The Company's Board of Directors exercises the supreme authority in the Company's affairs between shareholders' meetings, and it is entrusted with the task of ensuring that the organisation and activities of the Company's operation are at all times in correct and proper order.
The Board of Directors is instructed in the Company's Articles of Association to appoint a President and CEO for the Company and decide the terms of his or her employment. The Board of Directors and President and CEO are responsible for the management of the Company.
The Company's Board of Directors must at all times ensure that there is adequate supervision of the Company's accounts and the safeguarding of its assets and shall adopt working procedures in compliance with the Companies Act. Only the Board of Directors may assign powers of procuration on behalf of the Company. The signatures of the majority of the members of the Board are required to bind the Company. The President and CEO has charge of the day-to-day operation of the Company and is required in his work to observe the policy and instructions set out by the Company's Board of Directors. Day-to-day operation does not include measures which are unusual or extraordinary. Such measures can only be taken by the President and CEO with the specific authorization of the Board of Directors, unless it is impossible to await the decision of the Board without seriously disadvantaging the operation of the Company. In such instances, the President and CEO is required to consult with the Chairman of the Board, if possible, after which the Board of Directors must immediately be notified of the measures. The President and CEO shall ensure that the accounts and finances of the Company conform to law and accepted practices and that all assets belonging to the Company are securely safeguarded. The President and CEO is required to provide the members of the Board of Directors and Company auditors with any information pertaining to the operation of the Company which they may request, as required by law.
The Company's Board of Directors consists of five members elected at the Annual General Meeting for a term of one year. Those who intend to stand for election to the Board of Directors must inform the Board in writing of their intention at least seven days before the AGM, or extraordinary shareholders’ meeting at which elections are scheduled. Only those who have formally informed the Board of their candidacy are eligible.
The Board of Directors elects a Chairman and Deputy Chairman from its members, and otherwise allocates its obligations among its members as needed. The Chairman calls Board meetings. A meeting must also be held if requested by a member of the Board of Directors or the President and CEO. Meetings of the Board are valid if attended by a majority of its members. However, important decisions shall not be taken unless all members of the Board have had an opportunity to discuss the matter, if possible. The outcome of issues is decided by force of vote, and in the event of an equality of votes, the issue is regarded as rejected. The President and CEO attends meetings of the Board of Directors, even if he or she is not a member of the Board, and has the right to participate in discussions and submit proposals unless otherwise decided by the Board in individual cases. A book of minutes is kept of proceedings at meetings and must be signed by participants in the meeting. A Board member who disagrees with a decision made by the Board of Directors is entitled to have his or her dissenting opinion entered in the book of minutes. The same applies to the President and CEO. The Chairman is responsible for the Board's relations with the shareholders and he shall inform the Board on the views of the shareholders.

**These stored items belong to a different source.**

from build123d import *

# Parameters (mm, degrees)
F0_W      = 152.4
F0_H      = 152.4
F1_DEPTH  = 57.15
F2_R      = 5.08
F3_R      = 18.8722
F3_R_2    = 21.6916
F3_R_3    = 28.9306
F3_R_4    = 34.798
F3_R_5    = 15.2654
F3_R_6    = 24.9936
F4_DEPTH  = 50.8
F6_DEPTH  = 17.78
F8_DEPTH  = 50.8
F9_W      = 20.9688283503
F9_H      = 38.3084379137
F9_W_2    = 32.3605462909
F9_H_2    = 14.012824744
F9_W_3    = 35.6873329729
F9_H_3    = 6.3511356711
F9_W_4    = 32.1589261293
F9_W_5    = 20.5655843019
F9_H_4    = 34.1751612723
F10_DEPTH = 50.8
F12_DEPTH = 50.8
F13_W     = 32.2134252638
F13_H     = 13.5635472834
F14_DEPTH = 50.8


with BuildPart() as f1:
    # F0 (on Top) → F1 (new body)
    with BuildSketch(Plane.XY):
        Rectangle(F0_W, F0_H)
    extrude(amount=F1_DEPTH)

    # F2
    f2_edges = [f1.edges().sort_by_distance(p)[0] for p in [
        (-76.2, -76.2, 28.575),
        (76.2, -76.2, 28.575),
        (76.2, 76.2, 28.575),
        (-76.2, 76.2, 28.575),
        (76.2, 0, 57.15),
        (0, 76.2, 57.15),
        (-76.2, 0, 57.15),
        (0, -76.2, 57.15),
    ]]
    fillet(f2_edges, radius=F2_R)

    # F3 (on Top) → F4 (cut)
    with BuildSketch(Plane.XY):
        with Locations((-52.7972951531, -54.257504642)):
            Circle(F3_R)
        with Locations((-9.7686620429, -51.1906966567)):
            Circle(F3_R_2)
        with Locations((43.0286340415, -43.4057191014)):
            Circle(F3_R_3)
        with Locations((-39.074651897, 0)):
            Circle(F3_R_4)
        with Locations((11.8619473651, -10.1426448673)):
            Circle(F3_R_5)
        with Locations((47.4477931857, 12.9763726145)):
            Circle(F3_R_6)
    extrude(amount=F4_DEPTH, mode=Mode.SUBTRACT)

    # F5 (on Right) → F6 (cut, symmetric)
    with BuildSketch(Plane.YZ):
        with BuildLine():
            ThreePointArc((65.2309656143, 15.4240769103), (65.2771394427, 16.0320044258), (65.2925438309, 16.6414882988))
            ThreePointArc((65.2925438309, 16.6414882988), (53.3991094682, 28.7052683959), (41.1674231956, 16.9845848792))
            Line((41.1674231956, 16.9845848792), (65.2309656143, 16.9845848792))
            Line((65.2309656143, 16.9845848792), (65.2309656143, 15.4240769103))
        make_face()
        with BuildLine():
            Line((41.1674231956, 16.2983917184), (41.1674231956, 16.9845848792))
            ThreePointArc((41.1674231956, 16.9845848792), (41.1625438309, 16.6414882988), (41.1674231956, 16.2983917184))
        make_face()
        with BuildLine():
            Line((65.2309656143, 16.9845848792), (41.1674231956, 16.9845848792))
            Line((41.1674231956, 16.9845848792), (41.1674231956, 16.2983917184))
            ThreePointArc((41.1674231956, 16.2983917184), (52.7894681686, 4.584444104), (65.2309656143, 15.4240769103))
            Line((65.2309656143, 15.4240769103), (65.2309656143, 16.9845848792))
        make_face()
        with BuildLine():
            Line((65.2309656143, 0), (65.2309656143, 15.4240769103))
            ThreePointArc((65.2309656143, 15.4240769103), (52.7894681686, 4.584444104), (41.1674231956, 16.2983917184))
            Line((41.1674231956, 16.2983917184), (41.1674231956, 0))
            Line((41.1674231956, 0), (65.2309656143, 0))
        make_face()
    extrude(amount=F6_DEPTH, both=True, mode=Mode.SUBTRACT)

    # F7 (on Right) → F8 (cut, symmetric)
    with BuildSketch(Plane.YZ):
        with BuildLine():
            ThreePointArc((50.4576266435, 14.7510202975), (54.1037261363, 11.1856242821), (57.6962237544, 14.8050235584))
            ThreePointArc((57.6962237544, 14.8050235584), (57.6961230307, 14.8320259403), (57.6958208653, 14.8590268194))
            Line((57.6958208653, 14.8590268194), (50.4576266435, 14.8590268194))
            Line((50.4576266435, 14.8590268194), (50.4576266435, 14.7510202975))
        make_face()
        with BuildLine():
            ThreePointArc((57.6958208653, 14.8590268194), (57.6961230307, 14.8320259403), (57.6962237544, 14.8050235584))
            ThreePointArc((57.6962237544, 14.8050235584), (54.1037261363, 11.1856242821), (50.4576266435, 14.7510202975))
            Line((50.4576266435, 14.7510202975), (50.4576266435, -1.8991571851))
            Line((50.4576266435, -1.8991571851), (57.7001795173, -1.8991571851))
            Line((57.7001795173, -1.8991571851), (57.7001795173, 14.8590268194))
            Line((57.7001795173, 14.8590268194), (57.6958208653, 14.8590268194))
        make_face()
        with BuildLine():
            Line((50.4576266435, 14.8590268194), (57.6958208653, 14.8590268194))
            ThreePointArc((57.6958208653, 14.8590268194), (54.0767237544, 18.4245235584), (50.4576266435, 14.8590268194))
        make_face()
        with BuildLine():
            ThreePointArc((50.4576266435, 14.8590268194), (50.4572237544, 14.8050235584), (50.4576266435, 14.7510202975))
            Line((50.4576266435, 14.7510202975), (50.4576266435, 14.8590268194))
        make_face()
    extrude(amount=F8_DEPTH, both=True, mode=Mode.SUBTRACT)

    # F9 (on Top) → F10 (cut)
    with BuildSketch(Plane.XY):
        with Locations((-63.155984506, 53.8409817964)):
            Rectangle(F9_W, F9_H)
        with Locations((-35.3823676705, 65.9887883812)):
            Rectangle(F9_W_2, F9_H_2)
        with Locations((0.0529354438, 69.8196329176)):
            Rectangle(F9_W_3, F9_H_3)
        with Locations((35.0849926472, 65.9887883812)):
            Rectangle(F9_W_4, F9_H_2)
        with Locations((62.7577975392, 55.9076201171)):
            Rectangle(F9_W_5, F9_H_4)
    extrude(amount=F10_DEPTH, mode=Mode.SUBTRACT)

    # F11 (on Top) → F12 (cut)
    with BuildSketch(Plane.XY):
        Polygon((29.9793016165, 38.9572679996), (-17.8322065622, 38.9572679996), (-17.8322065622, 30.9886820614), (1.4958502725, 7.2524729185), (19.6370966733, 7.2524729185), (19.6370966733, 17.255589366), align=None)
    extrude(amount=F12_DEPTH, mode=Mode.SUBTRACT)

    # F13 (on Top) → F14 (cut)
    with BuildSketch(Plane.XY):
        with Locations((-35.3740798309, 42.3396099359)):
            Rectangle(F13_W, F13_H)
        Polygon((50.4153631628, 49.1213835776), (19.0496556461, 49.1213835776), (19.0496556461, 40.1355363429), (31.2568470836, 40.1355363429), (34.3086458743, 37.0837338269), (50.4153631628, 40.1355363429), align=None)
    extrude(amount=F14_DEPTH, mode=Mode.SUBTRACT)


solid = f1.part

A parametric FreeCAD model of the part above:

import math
import FreeCAD as App
import Part
import Sketcher
from FreeCAD import Vector
Q = App.Units.Quantity


def edges_at(feature, points):
    """Names of the edges that pass closest to the given points."""
    edges = feature.Shape.Edges
    near = lambda p: min(range(len(edges)), key=lambda i: edges[i].distToShape(Part.Vertex(*p))[0])
    return sorted({f"Edge{near(p) + 1}" for p in points})

doc = App.newDocument("Part")
body = doc.addObject("PartDesign::Body", "Body")

# Sketch on XY plane
sketch1 = body.newObject("Sketcher::SketchObject", "Sketch")
sketch1.AttachmentSupport = (doc.getObject("XY_Plane"), [""])
sketch1.MapMode = "FlatFace"
sketch1.addGeometry([
    Part.LineSegment(Vector(-76.2, 76.2, 0), Vector(-76.2, -76.2, 0)),
    Part.LineSegment(Vector(-76.2, -76.2, 0), Vector(76.2, -76.2, 0)),
    Part.LineSegment(Vector(76.2, -76.2, 0), Vector(76.2, 76.2, 0)),
    Part.LineSegment(Vector(76.2, 76.2, 0), Vector(-76.2, 76.2, 0)),
], False)
sketch1.addConstraint([
    Sketcher.Constraint("Coincident", 0, 2, 1, 1),
    Sketcher.Constraint("Coincident", 1, 2, 2, 1),
    Sketcher.Constraint("Coincident", 2, 2, 3, 1),
    Sketcher.Constraint("Coincident", 3, 2, 0, 1),
    Sketcher.Constraint("Vertical", 0),
    Sketcher.Constraint("Horizontal", 1),
    Sketcher.Constraint("Vertical", 2),
    Sketcher.Constraint("Horizontal", 3),
    Sketcher.Constraint("Symmetric", 0, 2, 2, 2, -1, 1),
    Sketcher.Constraint("Equal", 3, 0),
    Sketcher.Constraint("DistanceX", 1, 1, 1, 2, Q("6 in")),
])
pad1 = body.newObject("PartDesign::Pad", "Pad")
pad1.Profile = sketch1
pad1.Length = Q("2.25 in")
doc.recompute()

fillet = body.newObject("PartDesign::Fillet", "Fillet")
fillet.Base = (pad1, edges_at(pad1, [
    (-76.2, -76.2, 28.575),
    (76.2, -76.2, 28.575),
    (76.2, 76.2, 28.575),
    (-76.2, 76.2, 28.575),
    (76.2, 0, 57.15),
    (0, 76.2, 57.15),
    (-76.2, 0, 57.15),
    (0, -76.2, 57.15),
]))
fillet.Radius = Q("0.2 in")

On 12 September 2007 the Board of Directors approved Rules on Working Procedures for the Board which were amended on 10 August 2012 and 9 February 2018. The Rules on Working Procedures are accessible to the Board of Directors and the management through the Board's intranet, Admincontrol. In accordance with article 14 of the Rules on Working Procedures the Board of Directors must annually evaluate its work, size, composition and practices, and must also evaluate the performance of the CEO and others responsible for the day-to-day management of the Company and its development. The annual performance assessment is intended to improve working methods and increase the efficiency of the Board. The assessment entails e.g. evaluation of the strengths and weaknesses of the Board’s work and practices and takes into consideration the work components which the Board believes may be improved.
The Board of Directors elects the members of the Remuneration Committee and the Audit Committee. These sub-committees adhere to the Rules on Working Procedures. The Nomination Committee has its own Rules of Procedures which are approved by the Board. The Board of Directors convened 48 times during the year and all Board Members attended almost all meetings. All the current members of the Board of Directors are independent from the Company. All Board members were independent of the Company’s major shareholders in 2020.
|Board of Directors||Audit Committee||Remuneration Committee||Nomination Committee||Strategy Committee|
|No. of meetings in 2020||48||6||4||5||10|
|Úlfar Steindórsson||x (Chairman)||x (Chairman)||x|
|Svafa Grönfeldt||x||x||x (Chairman)|
|John F. Thomas||x||x|
|Alexander Edvardsson||x (Chairman)|
|Hjörleifur Pálsson||x (Chairman)|
On 25 May 2009 the Board of Directors approved a Code of Ethics which was amended on 5 January 2011 and 18 November 2016. The Code of Ethics is accessible to all Company’s employees through the Company's intranet, MyWork.